Linear Models for Flux Vacua

TL;DR

The paper develops torsion linear sigma models (TLSMs) to realize heterotic flux vacua with nonzero $H$-flux as IR limits of $2d$ gauge theories, using a 2d Green–Schwarz mechanism to cancel gauge anomalies. This framework yields compact Fu–Yau-type geometries as the IR target spaces, linking worldsheet dynamics to non-Kähler manifolds and Bianchi identities via anomaly cancellation. The authors analyze both non-compact and compact constructions, derive Bianchi-consistency conditions, discuss global and spacetime anomaly constraints, and argue for IR conformal fixed points, providing a microscopic CFT description of Fu–Yau and related KST-type vacua.

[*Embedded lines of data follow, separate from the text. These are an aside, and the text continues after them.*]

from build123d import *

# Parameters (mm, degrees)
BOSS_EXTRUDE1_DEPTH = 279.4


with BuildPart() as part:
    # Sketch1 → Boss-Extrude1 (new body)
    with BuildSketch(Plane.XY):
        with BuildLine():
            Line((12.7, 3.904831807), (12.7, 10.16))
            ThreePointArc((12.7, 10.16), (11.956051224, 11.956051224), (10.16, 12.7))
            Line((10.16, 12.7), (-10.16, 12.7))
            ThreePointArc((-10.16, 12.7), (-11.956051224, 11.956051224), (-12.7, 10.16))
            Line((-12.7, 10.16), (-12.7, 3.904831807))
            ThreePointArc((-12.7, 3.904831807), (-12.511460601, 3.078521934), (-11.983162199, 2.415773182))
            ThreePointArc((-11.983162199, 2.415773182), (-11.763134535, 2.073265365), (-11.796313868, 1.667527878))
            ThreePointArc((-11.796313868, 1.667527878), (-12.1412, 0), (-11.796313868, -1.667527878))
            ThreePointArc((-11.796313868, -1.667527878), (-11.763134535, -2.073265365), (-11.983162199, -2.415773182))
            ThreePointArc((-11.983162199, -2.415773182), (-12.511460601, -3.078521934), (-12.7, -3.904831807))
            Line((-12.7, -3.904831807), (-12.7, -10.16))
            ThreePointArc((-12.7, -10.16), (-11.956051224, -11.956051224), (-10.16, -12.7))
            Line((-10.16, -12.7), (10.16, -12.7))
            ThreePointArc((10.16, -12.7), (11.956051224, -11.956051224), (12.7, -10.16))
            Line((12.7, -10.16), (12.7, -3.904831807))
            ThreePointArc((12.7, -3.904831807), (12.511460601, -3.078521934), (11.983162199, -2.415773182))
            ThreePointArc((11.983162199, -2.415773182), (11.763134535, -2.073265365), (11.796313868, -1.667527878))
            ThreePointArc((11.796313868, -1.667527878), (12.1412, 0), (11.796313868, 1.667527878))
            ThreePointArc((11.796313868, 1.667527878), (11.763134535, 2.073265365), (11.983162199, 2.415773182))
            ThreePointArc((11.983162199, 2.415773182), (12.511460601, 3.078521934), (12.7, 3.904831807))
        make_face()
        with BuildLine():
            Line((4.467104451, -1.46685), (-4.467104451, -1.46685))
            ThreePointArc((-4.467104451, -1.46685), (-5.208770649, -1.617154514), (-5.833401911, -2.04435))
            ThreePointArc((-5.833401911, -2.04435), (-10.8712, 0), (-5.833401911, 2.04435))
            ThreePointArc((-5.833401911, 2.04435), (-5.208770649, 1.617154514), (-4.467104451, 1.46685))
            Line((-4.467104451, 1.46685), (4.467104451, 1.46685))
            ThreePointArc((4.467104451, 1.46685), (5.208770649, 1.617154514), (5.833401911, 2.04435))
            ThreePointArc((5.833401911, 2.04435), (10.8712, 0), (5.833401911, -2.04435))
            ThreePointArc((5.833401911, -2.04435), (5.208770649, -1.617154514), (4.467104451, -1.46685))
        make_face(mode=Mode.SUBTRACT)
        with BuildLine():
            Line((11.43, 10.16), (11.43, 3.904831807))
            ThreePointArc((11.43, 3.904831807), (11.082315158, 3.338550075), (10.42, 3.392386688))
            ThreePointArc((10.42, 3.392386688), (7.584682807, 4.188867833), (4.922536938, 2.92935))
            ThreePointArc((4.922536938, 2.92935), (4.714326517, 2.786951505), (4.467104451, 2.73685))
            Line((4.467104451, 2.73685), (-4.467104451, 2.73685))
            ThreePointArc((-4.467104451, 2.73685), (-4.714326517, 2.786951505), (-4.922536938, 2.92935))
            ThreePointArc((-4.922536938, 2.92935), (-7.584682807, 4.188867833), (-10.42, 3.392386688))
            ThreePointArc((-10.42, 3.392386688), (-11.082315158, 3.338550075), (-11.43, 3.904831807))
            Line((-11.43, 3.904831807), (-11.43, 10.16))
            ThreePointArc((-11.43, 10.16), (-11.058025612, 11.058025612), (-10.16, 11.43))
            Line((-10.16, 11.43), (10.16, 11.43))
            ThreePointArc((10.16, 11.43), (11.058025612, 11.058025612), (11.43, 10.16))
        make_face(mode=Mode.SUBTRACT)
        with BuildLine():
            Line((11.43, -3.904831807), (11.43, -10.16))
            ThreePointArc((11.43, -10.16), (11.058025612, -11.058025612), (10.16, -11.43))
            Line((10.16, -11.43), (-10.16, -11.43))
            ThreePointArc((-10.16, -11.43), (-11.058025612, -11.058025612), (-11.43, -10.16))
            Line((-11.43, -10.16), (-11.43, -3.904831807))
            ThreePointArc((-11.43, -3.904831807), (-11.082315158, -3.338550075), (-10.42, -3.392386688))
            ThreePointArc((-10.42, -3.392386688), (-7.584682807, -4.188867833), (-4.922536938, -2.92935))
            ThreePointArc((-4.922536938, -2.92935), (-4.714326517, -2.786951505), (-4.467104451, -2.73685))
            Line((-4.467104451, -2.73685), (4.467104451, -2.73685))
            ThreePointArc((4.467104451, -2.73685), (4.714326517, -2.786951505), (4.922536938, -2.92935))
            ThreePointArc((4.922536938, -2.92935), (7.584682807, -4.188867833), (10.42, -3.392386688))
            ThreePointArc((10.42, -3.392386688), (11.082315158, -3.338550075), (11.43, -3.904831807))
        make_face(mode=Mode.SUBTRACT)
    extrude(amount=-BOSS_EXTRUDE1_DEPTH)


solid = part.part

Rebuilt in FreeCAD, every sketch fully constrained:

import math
import FreeCAD as App
import Part
import Sketcher

V = App.Vector
Q = App.Units.Quantity

doc = App.newDocument("Part")
body = doc.addObject("PartDesign::Body", "Body")

# Sketch on XY plane
sketch1 = doc.addObject("Sketcher::SketchObject", "Sketch")
body.addObject(sketch1)
sketch1.AttachmentSupport = (doc.XY_Plane, [""])
sketch1.MapMode = "FlatFace"
sketch1.addGeometry([
    Part.LineSegment(V(12.7, 3.9, 0), V(12.7, 10.16, 0)),  # 0
    Part.ArcOfCircle(Part.Circle(V(10.16, 10.16, 0), V(0, 0, 1), 2.54), math.radians(0), math.radians(90)),  # 1
    Part.LineSegment(V(10.16, 12.7, 0), V(-10.16, 12.7, 0)),  # 2
    Part.ArcOfCircle(Part.Circle(V(-10.16, 10.16, 0), V(0, 0, 1), 2.54), math.radians(90), math.radians(180)),  # 3
    Part.LineSegment(V(-12.7, 10.16, 0), V(-12.7, 3.9, 0)),  # 4
    Part.ArcOfCircle(Part.Circle(V(-10.8, 3.9, 0), V(0, 0, 1), 1.9), math.radians(180), math.radians(231)),  # 5
    Part.ArcOfCircle(Part.Circle(V(-12.38, 1.92, 0), V(0, 0, 1), 0.64), math.radians(-23), math.radians(51)),  # 6
    Part.ArcOfCircle(Part.Circle(V(-7.94, 0, 0), V(0, 0, 1), 4.2), math.radians(157), math.radians(203)),  # 7
    Part.ArcOfCircle(Part.Circle(V(-12.38, -1.92, 0), V(0, 0, 1), 0.64), math.radians(-51), math.radians(23)),  # 8
    Part.ArcOfCircle(Part.Circle(V(-10.8, -3.9, 0), V(0, 0, 1), 1.9), math.radians(129), math.radians(180)),  # 9
    Part.LineSegment(V(-12.7, -3.9, 0), V(-12.7, -10.16, 0)),  # 10
    Part.ArcOfCircle(Part.Circle(V(-10.16, -10.16, 0), V(0, 0, 1), 2.54), math.radians(-180), math.radians(-90)),  # 11
    Part.LineSegment(V(-10.16, -12.7, 0), V(10.16, -12.7, 0)),  # 12
    Part.ArcOfCircle(Part.Circle(V(10.16, -10.16, 0), V(0, 0, 1), 2.54), math.radians(-90), math.radians(0)),  # 13
    Part.LineSegment(V(12.7, -10.16, 0), V(12.7, -3.9, 0)),  # 14
    Part.ArcOfCircle(Part.Circle(V(10.8, -3.9, 0), V(0, 0, 1), 1.9), math.radians(0), math.radians(51)),  # 15
    Part.ArcOfCircle(Part.Circle(V(12.38, -1.92, 0), V(0, 0, 1), 0.64), math.radians(157), math.radians(231)),  # 16
    Part.ArcOfCircle(Part.Circle(V(7.94, 0, 0), V(0, 0, 1), 4.2), math.radians(-23), math.radians(23)),  # 17
    Part.ArcOfCircle(Part.Circle(V(12.38, 1.92, 0), V(0, 0, 1), 0.64), math.radians(129), math.radians(203)),  # 18
    Part.ArcOfCircle(Part.Circle(V(10.8, 3.9, 0), V(0, 0, 1), 1.9), math.radians(-51), math.radians(0)),  # 19
    Part.ArcOfCircle(Part.Circle(V(10.79, -3.9, 0), V(0, 0, 1), 0.64), math.radians(0), math.radians(126)),  # 20
    Part.LineSegment(V(11.43, -3.9, 0), V(11.43, -10.16, 0)),  # 21
    Part.ArcOfCircle(Part.Circle(V(10.16, -10.16, 0), V(0, 0, 1), 1.27), math.radians(-90), math.radians(0)),  # 22
    Part.LineSegment(V(10.16, -11.43, 0), V(-10.16, -11.43, 0)),  # 23
    Part.ArcOfCircle(Part.Circle(V(-10.16, -10.16, 0), V(0, 0, 1), 1.27), math.radians(180), math.radians(270)),  # 24
    Part.LineSegment(V(-11.43, -10.16, 0), V(-11.43, -3.9, 0)),  # 25
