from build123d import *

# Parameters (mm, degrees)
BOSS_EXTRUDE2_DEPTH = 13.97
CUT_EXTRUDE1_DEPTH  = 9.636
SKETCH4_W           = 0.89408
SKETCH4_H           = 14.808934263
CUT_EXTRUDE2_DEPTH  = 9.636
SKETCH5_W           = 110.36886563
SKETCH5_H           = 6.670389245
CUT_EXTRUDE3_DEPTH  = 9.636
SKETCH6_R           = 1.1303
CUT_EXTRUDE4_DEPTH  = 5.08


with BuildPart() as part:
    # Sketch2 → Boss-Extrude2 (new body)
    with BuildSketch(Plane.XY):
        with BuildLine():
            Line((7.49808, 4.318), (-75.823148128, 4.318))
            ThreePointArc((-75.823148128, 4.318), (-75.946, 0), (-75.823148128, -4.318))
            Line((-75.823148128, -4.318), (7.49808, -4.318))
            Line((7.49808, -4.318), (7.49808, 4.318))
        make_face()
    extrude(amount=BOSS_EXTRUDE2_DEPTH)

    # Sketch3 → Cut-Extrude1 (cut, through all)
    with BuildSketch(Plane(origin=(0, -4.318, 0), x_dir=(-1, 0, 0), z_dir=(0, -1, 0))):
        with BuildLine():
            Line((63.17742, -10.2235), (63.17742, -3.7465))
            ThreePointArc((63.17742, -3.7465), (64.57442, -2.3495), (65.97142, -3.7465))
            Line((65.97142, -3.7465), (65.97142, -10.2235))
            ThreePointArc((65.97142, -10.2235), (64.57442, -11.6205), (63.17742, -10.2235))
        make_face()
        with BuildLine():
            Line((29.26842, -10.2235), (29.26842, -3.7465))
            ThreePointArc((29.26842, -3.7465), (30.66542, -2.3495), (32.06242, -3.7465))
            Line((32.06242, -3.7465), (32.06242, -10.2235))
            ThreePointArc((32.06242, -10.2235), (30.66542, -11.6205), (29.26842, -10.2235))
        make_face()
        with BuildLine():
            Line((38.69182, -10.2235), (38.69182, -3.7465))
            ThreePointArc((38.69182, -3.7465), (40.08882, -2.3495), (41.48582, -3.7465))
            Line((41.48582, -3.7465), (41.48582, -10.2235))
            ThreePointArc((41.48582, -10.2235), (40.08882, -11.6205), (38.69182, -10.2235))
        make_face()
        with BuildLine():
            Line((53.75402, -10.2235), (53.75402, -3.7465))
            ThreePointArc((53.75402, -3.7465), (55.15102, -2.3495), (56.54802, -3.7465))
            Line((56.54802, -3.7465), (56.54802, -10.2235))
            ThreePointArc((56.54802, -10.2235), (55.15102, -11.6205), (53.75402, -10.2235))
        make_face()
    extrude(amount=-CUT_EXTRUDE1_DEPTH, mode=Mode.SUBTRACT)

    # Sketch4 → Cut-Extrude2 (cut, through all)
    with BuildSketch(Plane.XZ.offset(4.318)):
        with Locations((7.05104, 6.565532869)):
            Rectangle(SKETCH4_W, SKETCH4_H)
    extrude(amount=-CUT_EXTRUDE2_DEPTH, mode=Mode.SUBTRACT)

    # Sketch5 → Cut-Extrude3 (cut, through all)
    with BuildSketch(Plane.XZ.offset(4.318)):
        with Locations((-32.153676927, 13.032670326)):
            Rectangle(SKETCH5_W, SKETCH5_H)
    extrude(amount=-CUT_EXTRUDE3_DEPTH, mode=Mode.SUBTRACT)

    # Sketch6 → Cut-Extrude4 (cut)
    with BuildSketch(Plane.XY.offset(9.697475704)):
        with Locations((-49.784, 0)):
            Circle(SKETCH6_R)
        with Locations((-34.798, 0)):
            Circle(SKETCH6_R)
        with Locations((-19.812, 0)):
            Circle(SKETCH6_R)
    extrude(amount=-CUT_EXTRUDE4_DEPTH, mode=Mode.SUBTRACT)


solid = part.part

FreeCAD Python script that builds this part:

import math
import FreeCAD as App
import Part
import Sketcher
from FreeCAD import Vector
Q = App.Units.Quantity

doc = App.newDocument("Part")
body = doc.addObject("PartDesign::Body", "Body")

sketch1 = doc.addObject("Sketcher::SketchObject", "Sketch")
body.addObject(sketch1)
sketch1.AttachmentSupport = (doc.XY_Plane, [""])
sketch1.MapMode = "FlatFace"
sketch1.addGeometry([
    Part.LineSegment(Vector(7.49808, 4.318, 0), Vector(-75.823148, 4.318, 0)),
    Part.ArcOfCircle(Part.Circle(Vector(0, 0, 0), Vector(0, 0, 1), 75.946), math.radians(176.740623), math.radians(183.259377)),
    Part.LineSegment(Vector(-75.823148, -4.318, 0), Vector(7.49808, -4.318, 0)),
    Part.LineSegment(Vector(7.49808, -4.318, 0), Vector(7.49808, 4.318, 0)),
], False)
sketch1.addConstraint([
    Sketcher.Constraint("Coincident", 0, 2, 1, 1),
    Sketcher.Constraint("Coincident", 1, 2, 2, 1),
    Sketcher.Constraint("Coincident", 2, 2, 3, 1),
    Sketcher.Constraint("Coincident", 3, 2, 0, 1),
    Sketcher.Constraint("Horizontal", 0),
    Sketcher.Constraint("Horizontal", 2),
    Sketcher.Constraint("Vertical", 3),
    Sketcher.Constraint("Coincident", 1, 3, -1, 1),
    Sketcher.Constraint("Vertical", 0, 2, 1, 2),
    Sketcher.Constraint("Radius", 1, Q("2.99 in")),
    Sketcher.Constraint("DistanceY", 3, 1, 3, 2, Q("0.34 in")),
    Sketcher.Constraint("DistanceX", -1, 1, 2, 2, Q("0.2952 in")),
])
pad1 = doc.addObject("PartDesign::Pad", "Pad")
body.addObject(pad1)
pad1.Profile = sketch1
pad1.Length = Q("0.55 in")

sketch2 = doc.addObject("Sketcher::SketchObject", "Sketch001")
body.addObject(sketch2)
sketch2.AttachmentSupport = (doc.XZ_Plane, [""])
sketch2.MapMode = "FlatFace"
sketch2.AttachmentOffset = App.Placement(Vector(0, 0, 0.17 * 25.4), App.Rotation())
sketch2.addGeometry([
    Part.LineSegment(Vector(-63.17742, 3.7465, 0), Vector(-63.17742, 10.2235, 0)),
    Part.ArcOfCircle(Part.Circle(Vector(-64.57442, 10.2235, 0), Vector(0, 0, 1), 1.397), math.radians(0), math.radians(180)),
    Part.LineSegment(Vector(-65.97142, 10.2235, 0), Vector(-65.97142, 3.7465, 0)),
    Part.ArcOfCircle(Part.Circle(Vector(-64.57442, 3.7465, 0), Vector(0, 0, 1), 1.397), math.radians(180), math.radians(360)),
    Part.LineSegment(Vector(-29.26842, 3.7465, 0), Vector(-29.26842, 10.2235, 0)),
    Part.ArcOfCircle(Part.Circle(Vector(-30.66542, 10.2235, 0), Vector(0, 0, 1), 1.397), math.radians(0), math.radians(180)),
    Part.LineSegment(Vector(-32.06242, 10.2235, 0), Vector(-32.06242, 3.7465, 0)),
    Part.ArcOfCircle(Part.Circle(Vector(-30.66542, 3.7465, 0), Vector(0, 0, 1), 1.397), math.radians(180), math.radians(360)),
    Part.LineSegment(Vector(-38.69182, 3.7465, 0), Vector(-38.69182, 10.2235, 0)),
    Part.ArcOfCircle(Part.Circle(Vector(-40.08882, 10.2235, 0), Vector(0, 0, 1), 1.397), math.radians(0), math.radians(180)),
    Part.LineSegment(Vector(-41.48582, 10.2235, 0), Vector(-41.48582, 3.7465, 0)),
    Part.ArcOfCircle(Part.Circle(Vector(-40.08882, 3.7465, 0), Vector(0, 0, 1), 1.397), math.radians(180), math.radians(360)),
    Part.LineSegment(Vector(-53.75402, 3.7465, 0), Vector(-53.75402, 10.2235, 0)),
    Part.ArcOfCircle(Part.Circle(Vector(-55.15102, 10.2235, 0), Vector(0, 0, 1), 1.397), math.radians(0), math.radians(180)),
    Part.LineSegment(Vector(-56.54802, 10.2235, 0), Vector(-56.54802, 3.7465, 0)),
    Part.ArcOfCircle(Part.Circle(Vector(-55.15102, 3.7465, 0), Vector(0, 0, 1), 1.397), math.radians(180), math.radians(360)),
], False)
sketch2.addConstraint([
    Sketcher.Constraint("Tangent", 0, 2, 1, 1),
    Sketcher.Constraint("Tangent", 1, 2, 2, 1),
    Sketcher.Constraint("Tangent", 2, 2, 3, 1),
    Sketcher.Constraint("Tangent", 3, 2, 0, 1),
    Sketcher.Constraint("Tangent", 4, 2, 5, 1),
    Sketcher.Constraint("Tangent", 5, 2, 6, 1),
    Sketcher.Constraint("Tangent", 6, 2, 7, 1),
    Sketcher.Constraint("Tangent", 7, 2, 4, 1),
    Sketcher.Constraint("Tangent", 8, 2, 9, 1),
    Sketcher.Constraint("Tangent", 9, 2, 10, 1),
    Sketcher.Constraint("Tangent", 10, 2, 11, 1),
    Sketcher.Constraint("Tangent", 11, 2, 8, 1),
    Sketcher.Constraint("Tangent", 12, 2, 13, 1),
    Sketcher.Constraint("Tangent", 13, 2, 14, 1),
    Sketcher.Constraint("Tangent", 14, 2, 15, 1),
    Sketcher.Constraint("Tangent", 15, 2, 12, 1),
    Sketcher.Constraint("Vertical", 0),
    Sketcher.Constraint("Vertical", 2),
    Sketcher.Constraint("Vertical", 4),
    Sketcher.Constraint("Vertical", 6),
    Sketcher.Constraint("Vertical", 8),
    Sketcher.Constraint("Vertical", 10),
    Sketcher.Constraint("Vertical", 12),
    Sketcher.Constraint("Vertical", 14),
    Sketcher.Constraint("Equal", 3, 5),
    Sketcher.Constraint("Equal", 7, 9),
    Sketcher.Constraint("Equal", 11, 13),
    Sketcher.Constraint("Horizontal", 1, 3, 5, 3),
    Sketcher.Constraint("Horizontal", 3, 3, 7, 3),
    Sketcher.Constraint("Horizontal", 5, 3, 9, 3),
    Sketcher.Constraint("Horizontal", 7, 3, 11, 3),
    Sketcher.Constraint("Horizontal", 9, 3, 13, 3),
    Sketcher.Constraint("Horizontal", 11, 3, 15, 3),
    Sketcher.Constraint("Radius", 1, Q("0.055 in")),
    Sketcher.Constraint("DistanceY", 0, 1, 0, 2, Q("0.255 in")),
    Sketcher.Constraint("DistanceX", 1, 3, 5, 3, Q("1.335 in")),
    Sketcher.Constraint("DistanceX", 9, 3, 5, 3, Q("0.371 in")),
    Sketcher.Constraint("DistanceX", 1, 3, 13, 3, Q("0.371 in")),
    Sketcher.Constraint("DistanceX", 1, 3, -1, 1, Q("2.5423 in")),
    Sketcher.Constraint("DistanceY", -1, 1, 1, 3, Q("0.4025 in")),
])
pocket1 = doc.addObject("PartDesign::Pocket", "Pocket")
body.addObject(pocket1)
pocket1.Profile = sketch2
pocket1.Type = "ThroughAll"

sketch3 = doc.addObject("Sketcher::SketchObject", "Sketch002")
body.addObject(sketch3)
sketch3.AttachmentSupport = (doc.XZ_Plane, [""])
sketch3.MapMode = "FlatFace"
sketch3.AttachmentOffset = App.Placement(Vector(0, 0, 0.17 * 25.4), App.Rotation())
sketch3.addGeometry([
    Part.LineSegment(Vector(6.604, 13.97, 0), Vector(6.604, -0.838934, 0)),
    Part.LineSegment(Vector(6.604, -0.838934, 0), Vector(7.49808, -0.838934, 0)),
    Part.LineSegment(Vector(7.49808, -0.838934, 0), Vector(7.49808, 13.97, 0)),
    Part.LineSegment(Vector(7.49808, 13.97, 0), Vector(6.604, 13.97, 0)),
], False)
sketch3.addConstraint([
    Sketcher.Constraint("Coincident", 0, 2, 1, 1),
    Sketcher.Constraint("Coincident", 1, 2, 2, 1),
    Sketcher.Constraint("Coincident", 2, 2, 3, 1),
    Sketcher.Constraint("Coincident", 3, 2, 0, 1),
    Sketcher.Constraint("Vertical", 0),
    Sketcher.Constraint("Horizontal", 1),
    Sketcher.Constraint("Vertical", 2),
    Sketcher.Constraint("Horizontal", 3),
    Sketcher.Constraint("DistanceX", -1, 1, 0, 2, Q("0.26 in")),
    Sketcher.Constraint("DistanceY", -1, 1, 2, 2, Q("0.55 in")),
    Sketcher.Constraint("DistanceX", 1, 1, 1, 2, Q("0.0352 in")),
    Sketcher.Constraint("DistanceY", 0, 2, 0, 1, 14.808934),
])
pocket2 = doc.addObject("PartDesign::Pocket", "Pocket001")
body.addObject(pocket2)
pocket2.Profile = sketch3
pocket2.Type = "ThroughAll"

sketch4 = doc.addObject("Sketcher::SketchObject", "Sketch003")
body.addObject(sketch4)
sketch4.AttachmentSupport = (doc.XZ_Plane, [""])
sketch4.MapMode = "FlatFace"
sketch4.AttachmentOffset = App.Placement(Vector(0, 0, 0.17 * 25.4), App.Rotation())
sketch4.addGeometry([
    Part.LineSegment(Vector(-87.33811, 16.367865, 0), Vector(-87.33811, 9.697476, 0)),
    Part.LineSegment(Vector(-87.33811, 9.697476, 0), Vector(23.030756, 9.697476, 0)),
    Part.LineSegment(Vector(23.030756, 9.697476, 0), Vector(23.030756, 16.367865, 0)),
    Part.LineSegment(Vector(23.030756, 16.367865, 0), Vector(-87.33811, 16.367865, 0)),
], False)
sketch4.addConstraint([
    Sketcher.Constraint("Coincident", 0, 2, 1, 1),
    Sketcher.Constraint("Coincident", 1, 2, 2, 1),
    Sketcher.Constraint("Coincident", 2, 2, 3, 1),
    Sketcher.Constraint("Coincident", 3, 2, 0, 1),
    Sketcher.Constraint("Vertical", 0),
    Sketcher.Constraint("Horizontal", 1),
    Sketcher.Constraint("Vertical", 2),
    Sketcher.Constraint("Horizontal", 3),
    Sketcher.Constraint("DistanceY", 0, 2, 0, 1, 6.670389),
    Sketcher.Constraint("DistanceX", 1, 1, 1, 2, 110.368866),
    Sketcher.Constraint("DistanceX", 0, 2, -1, 1, 87.33811),
    Sketcher.Constraint("DistanceY", -1, 1, 0, 2, 9.697476),
])
pocket3 = doc.addObject("PartDesign::Pocket", "Pocket002")
body.addObject(pocket3)
pocket3.Profile = sketch4
pocket3.Type = "ThroughAll"

sketch5 = doc.addObject("Sketcher::SketchObject", "Sketch004")
body.addObject(sketch5)
sketch5.AttachmentSupport = (doc.XY_Plane, [""])
sketch5.MapMode = "FlatFace"
sketch5.AttachmentOffset = App.Placement(Vector(0, 0, 9.697476), App.Rotation())
sketch5.addGeometry([
    Part.Circle(Vector(-49.784, 0, 0), Vector(0, 0, 1), 1.1303),
    Part.Circle(Vector(-34.798, 0, 0), Vector(0, 0, 1), 1.1303),
    Part.Circle(Vector(-19.812, 0, 0), Vector(0, 0, 1), 1.1303),
], False)
sketch5.addConstraint([
    Sketcher.Constraint("Equal", 0, 1),
    Sketcher.Constraint("Equal", 1, 2),
    Sketcher.Constraint("PointOnObject", 0, 3, -1),
    Sketcher.Constraint("PointOnObject", 1, 3, -1),
    Sketcher.Constraint("PointOnObject", 2, 3, -1),
    Sketcher.Constraint("Diameter", 0, Q("0.089 in")),
    Sketcher.Constraint("DistanceX", 0, 3, -1, 1, Q("1.96 in")),
    Sketcher.Constraint("DistanceX", 1, 3, -1, 1, Q("1.37 in")),
    Sketcher.Constraint("DistanceX", 2, 3, -1, 1, Q("0.78 in")),
])
pocket4 = doc.addObject("PartDesign::Pocket", "Pocket003")
body.addObject(pocket4)
pocket4.Profile = sketch5
pocket4.Length = Q("0.2 in")

doc.recompute()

They also identify limitations (e.g., base choices like $S=T^4$) and outline future work on instanton stability, moduli, and dualities, with potential extensions to higher-dimensional bases and non-CY geometries.

Abstract

We construct worldsheet descriptions of heterotic flux vacua as the IR limits of N=2 gauge theories. Spacetime torsion is incorporated via a 2d Green-Schwarz mechanism in which a doublet of axions cancels a one-loop gauge anomaly. Manifest (0,2) supersymmetry and the compactness of the gauge theory instanton moduli space suggest that these models, which include Fu-Yau models, are stable against worldsheet instanton effects, implying that they, like Calabi-Yaus, may be smoothly extended to solutions of the exact beta functions. Since Fu-Yau compactifications are dual to KST-type flux compactifications, this provides a microscopic description of these IIB RR-flux vacua.